As a result of the copies he made, echoes of the influence that Corot, Millet, Goya, Daumier, Courbet, Adolphe Monticelli, James Abbott McNeill Whistler, etc., had on Petrașcu's work can be discerned. Following Whistler's example, the Romanian painter began in 1915 to name works with Silver and Black, Black and Green, Rose and Black, Violet and Gold, Green and Gray, etc. Analyzing the painter's experiments after 1900, one can see the influences of Pierre Bonnard and Pierre-Auguste Renoir, Camille Pissarro, Alfred Sisley and Claude Monet, whom he indicated as his favorite master. He stated that he liked the works of Marcel Iancu, Picasso and even Constantin Brâncuși at that time when he was viewed with hostility. An important advice that Petrașcu gave to the engineer Romașcu for the acquisition of the Goodness of the Earth (Cumințenia pământului), a fact that happened later.

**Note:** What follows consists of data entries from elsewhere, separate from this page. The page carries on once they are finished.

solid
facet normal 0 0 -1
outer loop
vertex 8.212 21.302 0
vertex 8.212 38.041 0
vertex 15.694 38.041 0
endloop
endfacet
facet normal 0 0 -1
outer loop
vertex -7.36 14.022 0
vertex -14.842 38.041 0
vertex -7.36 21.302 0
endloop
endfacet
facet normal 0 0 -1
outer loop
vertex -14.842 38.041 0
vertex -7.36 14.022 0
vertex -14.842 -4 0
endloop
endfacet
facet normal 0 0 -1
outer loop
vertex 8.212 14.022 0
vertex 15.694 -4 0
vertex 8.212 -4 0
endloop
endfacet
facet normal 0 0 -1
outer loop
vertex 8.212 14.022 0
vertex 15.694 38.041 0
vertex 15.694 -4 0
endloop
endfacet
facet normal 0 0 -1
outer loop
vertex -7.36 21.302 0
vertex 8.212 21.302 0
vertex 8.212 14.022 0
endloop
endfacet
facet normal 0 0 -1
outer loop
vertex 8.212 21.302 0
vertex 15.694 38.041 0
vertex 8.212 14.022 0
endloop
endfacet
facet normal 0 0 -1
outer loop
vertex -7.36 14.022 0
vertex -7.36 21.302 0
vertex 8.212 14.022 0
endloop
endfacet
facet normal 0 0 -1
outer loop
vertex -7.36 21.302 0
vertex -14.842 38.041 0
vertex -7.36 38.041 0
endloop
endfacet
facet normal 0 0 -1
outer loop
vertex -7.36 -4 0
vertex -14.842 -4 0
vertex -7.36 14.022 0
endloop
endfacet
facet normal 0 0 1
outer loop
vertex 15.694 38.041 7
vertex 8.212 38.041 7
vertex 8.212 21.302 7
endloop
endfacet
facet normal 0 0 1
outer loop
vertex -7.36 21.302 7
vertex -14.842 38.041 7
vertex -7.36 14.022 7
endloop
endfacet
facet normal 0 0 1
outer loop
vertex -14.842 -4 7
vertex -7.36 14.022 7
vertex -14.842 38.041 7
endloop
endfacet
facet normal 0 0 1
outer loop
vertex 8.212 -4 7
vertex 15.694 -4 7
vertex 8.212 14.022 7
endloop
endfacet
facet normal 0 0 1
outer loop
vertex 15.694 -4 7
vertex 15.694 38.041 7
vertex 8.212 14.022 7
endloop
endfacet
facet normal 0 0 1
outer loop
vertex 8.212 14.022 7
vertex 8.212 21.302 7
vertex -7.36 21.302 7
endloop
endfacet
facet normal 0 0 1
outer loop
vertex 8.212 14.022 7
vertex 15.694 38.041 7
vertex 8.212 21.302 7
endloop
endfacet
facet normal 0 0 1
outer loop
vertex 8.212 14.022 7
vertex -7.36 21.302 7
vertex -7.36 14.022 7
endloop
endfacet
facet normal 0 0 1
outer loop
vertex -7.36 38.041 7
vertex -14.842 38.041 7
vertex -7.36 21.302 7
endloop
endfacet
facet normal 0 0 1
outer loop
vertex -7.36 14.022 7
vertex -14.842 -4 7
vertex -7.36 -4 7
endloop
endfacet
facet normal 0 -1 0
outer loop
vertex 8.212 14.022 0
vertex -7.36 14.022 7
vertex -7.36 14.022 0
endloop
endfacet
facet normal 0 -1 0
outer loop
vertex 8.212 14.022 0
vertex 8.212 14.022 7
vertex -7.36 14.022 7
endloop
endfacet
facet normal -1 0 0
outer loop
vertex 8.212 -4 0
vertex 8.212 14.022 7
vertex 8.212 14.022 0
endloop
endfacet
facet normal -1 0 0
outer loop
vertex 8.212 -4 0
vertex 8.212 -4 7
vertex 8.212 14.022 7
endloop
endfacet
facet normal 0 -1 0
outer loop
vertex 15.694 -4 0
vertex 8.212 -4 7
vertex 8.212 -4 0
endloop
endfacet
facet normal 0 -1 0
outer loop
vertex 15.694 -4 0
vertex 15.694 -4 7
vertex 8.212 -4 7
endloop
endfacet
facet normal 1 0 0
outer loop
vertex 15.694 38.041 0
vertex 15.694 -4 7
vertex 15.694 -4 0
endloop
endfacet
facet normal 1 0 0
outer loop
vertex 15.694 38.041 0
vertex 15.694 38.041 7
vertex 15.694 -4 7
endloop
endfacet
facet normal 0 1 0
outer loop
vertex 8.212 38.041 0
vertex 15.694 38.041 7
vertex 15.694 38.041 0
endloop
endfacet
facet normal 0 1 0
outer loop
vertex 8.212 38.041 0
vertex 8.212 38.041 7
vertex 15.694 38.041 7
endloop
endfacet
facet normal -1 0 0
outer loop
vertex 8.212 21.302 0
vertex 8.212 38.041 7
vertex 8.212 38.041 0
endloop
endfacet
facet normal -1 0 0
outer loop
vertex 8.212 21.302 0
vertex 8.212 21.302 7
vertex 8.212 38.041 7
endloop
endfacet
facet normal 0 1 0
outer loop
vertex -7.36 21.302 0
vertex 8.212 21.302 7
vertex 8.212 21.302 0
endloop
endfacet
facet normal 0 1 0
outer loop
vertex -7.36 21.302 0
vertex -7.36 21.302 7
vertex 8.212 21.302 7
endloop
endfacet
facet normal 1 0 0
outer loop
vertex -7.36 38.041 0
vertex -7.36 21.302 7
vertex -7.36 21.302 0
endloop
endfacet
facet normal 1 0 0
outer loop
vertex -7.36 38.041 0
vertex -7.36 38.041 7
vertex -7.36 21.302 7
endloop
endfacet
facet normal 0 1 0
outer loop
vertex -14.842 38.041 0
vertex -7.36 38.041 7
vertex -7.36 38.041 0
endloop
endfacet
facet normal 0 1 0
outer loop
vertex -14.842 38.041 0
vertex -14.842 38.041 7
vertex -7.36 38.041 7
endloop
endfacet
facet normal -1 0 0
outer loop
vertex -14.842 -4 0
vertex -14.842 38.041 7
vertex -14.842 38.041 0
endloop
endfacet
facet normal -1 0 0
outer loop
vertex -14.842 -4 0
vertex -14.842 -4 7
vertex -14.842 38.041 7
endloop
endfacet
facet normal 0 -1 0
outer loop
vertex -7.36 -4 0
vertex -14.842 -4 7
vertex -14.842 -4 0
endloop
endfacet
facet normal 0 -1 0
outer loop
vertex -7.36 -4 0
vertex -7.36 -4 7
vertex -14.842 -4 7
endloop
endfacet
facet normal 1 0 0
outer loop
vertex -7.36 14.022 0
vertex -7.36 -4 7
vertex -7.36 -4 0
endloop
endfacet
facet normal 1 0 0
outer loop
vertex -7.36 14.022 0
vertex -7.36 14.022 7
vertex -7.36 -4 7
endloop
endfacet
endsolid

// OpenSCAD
// file: glyph.scad
// glyph — the shared geometry of every letter in the set. Defines named geometry
// only, so it renders nothing on its own; each letter part includes it and calls
// letter(). Every dimension lives in ../../lib/common.scad.
//
// A LETTER IS NOTHING BUT A LETTER. No plinth, no tongue, no tab — it is the
// bare glyph, and it attaches by standing in the deck groove and resting on the
// groove's floor. Anything else on it would be a distraction on a learning toy.
//
// It is a flat plate of one thickness, printed face-down: no overhang anywhere,
// no supports, and the face on the bed comes out smoothest.
//
// TWO TRAPS WITH text():
//
//  * A missing font FALLS BACK SILENTLY — no warning, no error, just different
//    letters. "Liberation Sans" was the first choice here because OpenSCAD
//    bundles it; on macOS the bundled faces are not registered with fontconfig,
//    so it rendered the fallback face instead and nothing said so. To check a
//    font resolved, render a string with it and with a deliberately bogus name
//    and compare bounding boxes: identical means it fell back.
//  * `size` is not the cap height in general. For Helvetica Bold they coincide
//    (size 44 -> 44.0 mm cap), which is why letter_size reads as a height.
//    Change the font and re-measure.

include <../../lib/common.scad>

// The letter's outline, upright in the XY plane, ready to be extruded along Z
// (which is the letter's thickness, and the print's build axis).
//
//   y = 0   is the deck surface
//   y < 0   is the part standing down inside the groove. It reaches letter_bury,
//           which is where the tapered groove closes to letter_t — NOT the
//           groove's floor. The letter wedges; it never bottoms out.
module glyph_2d(ch) {
    intersection() {
        translate([0, -letter_bury])
            scale([letter_condense, 1])
                text(ch, size = letter_size, font = letter_font,
                     halign = "center", valign = "baseline");
        // Trimmed flat at the baseline. Round letters (O, C, G, S) overshoot the
        // baseline by design, and a letter standing on a convex curve rocks —
        // there is nothing to stop it leaning. The trim costs nothing visible
        // and gives every letter a flat foot on the groove floor.
        translate([-200, -letter_bury]) square([400, 400]);
    }
}

// One letter, in its print orientation: lying on its face, thickness up Z.
module letter(ch) {
    linear_extrude(letter_t) glyph_2d(ch);
}

// Where that letter sits once it is dropped into a chassis, for fit checks.
module letter_fitted(ch) {
    translate([0, letter_t/2, body_top]) rotate([90, 0, 0]) letter(ch);
}
// main file
// letter H — one part. See glyph.scad for the geometry and lib/common.scad for
// the dimensions. Prints lying on its face, exactly as exported: no supports.

include <glyph.scad>

letter("H");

On the other hand, it cannot be considered that Gheorghe Petrașcu was an ardent follower of modernism. He sincerely admired the Impressionists and used some formulas adapted to his style, but he was also a traditionalist, a moderate and a circumspect in applying the new innovations, especially the most radical ones that manifested in those times in plastic art. Thus, he observed the best symbolist experiences and even followed this current, but soon gave up on it. Futurism, cubism, fauvism and other isms did not incite him even on a theoretical level. Significant are the statements he made regarding Marcel Iancu's work: "…I can't disapprove of modernists, even if they are so radical and even if I don't understand them ..." or about modernists "…how much about modern painting with all sorts of names, only those where the essential qualities of good painting dominate. The talented man in all the manifestations of art, as they will be called, does not matter, he will make outstanding works; the helpless will make banging and noise."

=== Identity searches ===
As it is known, Gheorghe Petrașcu had throughout his artistic career fifteen personal exhibits that were scheduled with some regularity, that is a unique case in Romania. In 1900, in December, at the Romanian Athenaeum, the first personal exhibit took place. On this occasion, Petrașcu presented, on cymas, 60 paintings that he had made three or four years before. As a consequence, according to the art critic 1900 was for Petrașcu one that belonged to the 19th century and not to the next one. He also motivated this statement by the fact that most of the paintings he exhibited belonged to the spirit and conception of the previous century. Only thirteen paintings were made in France, being landscapes of Montreuil, the rest having gender, urban, marine, mountain or rural landscapes topics. There were also self-portraits, pastel or oil portraits, but no interiors, still life or flowers.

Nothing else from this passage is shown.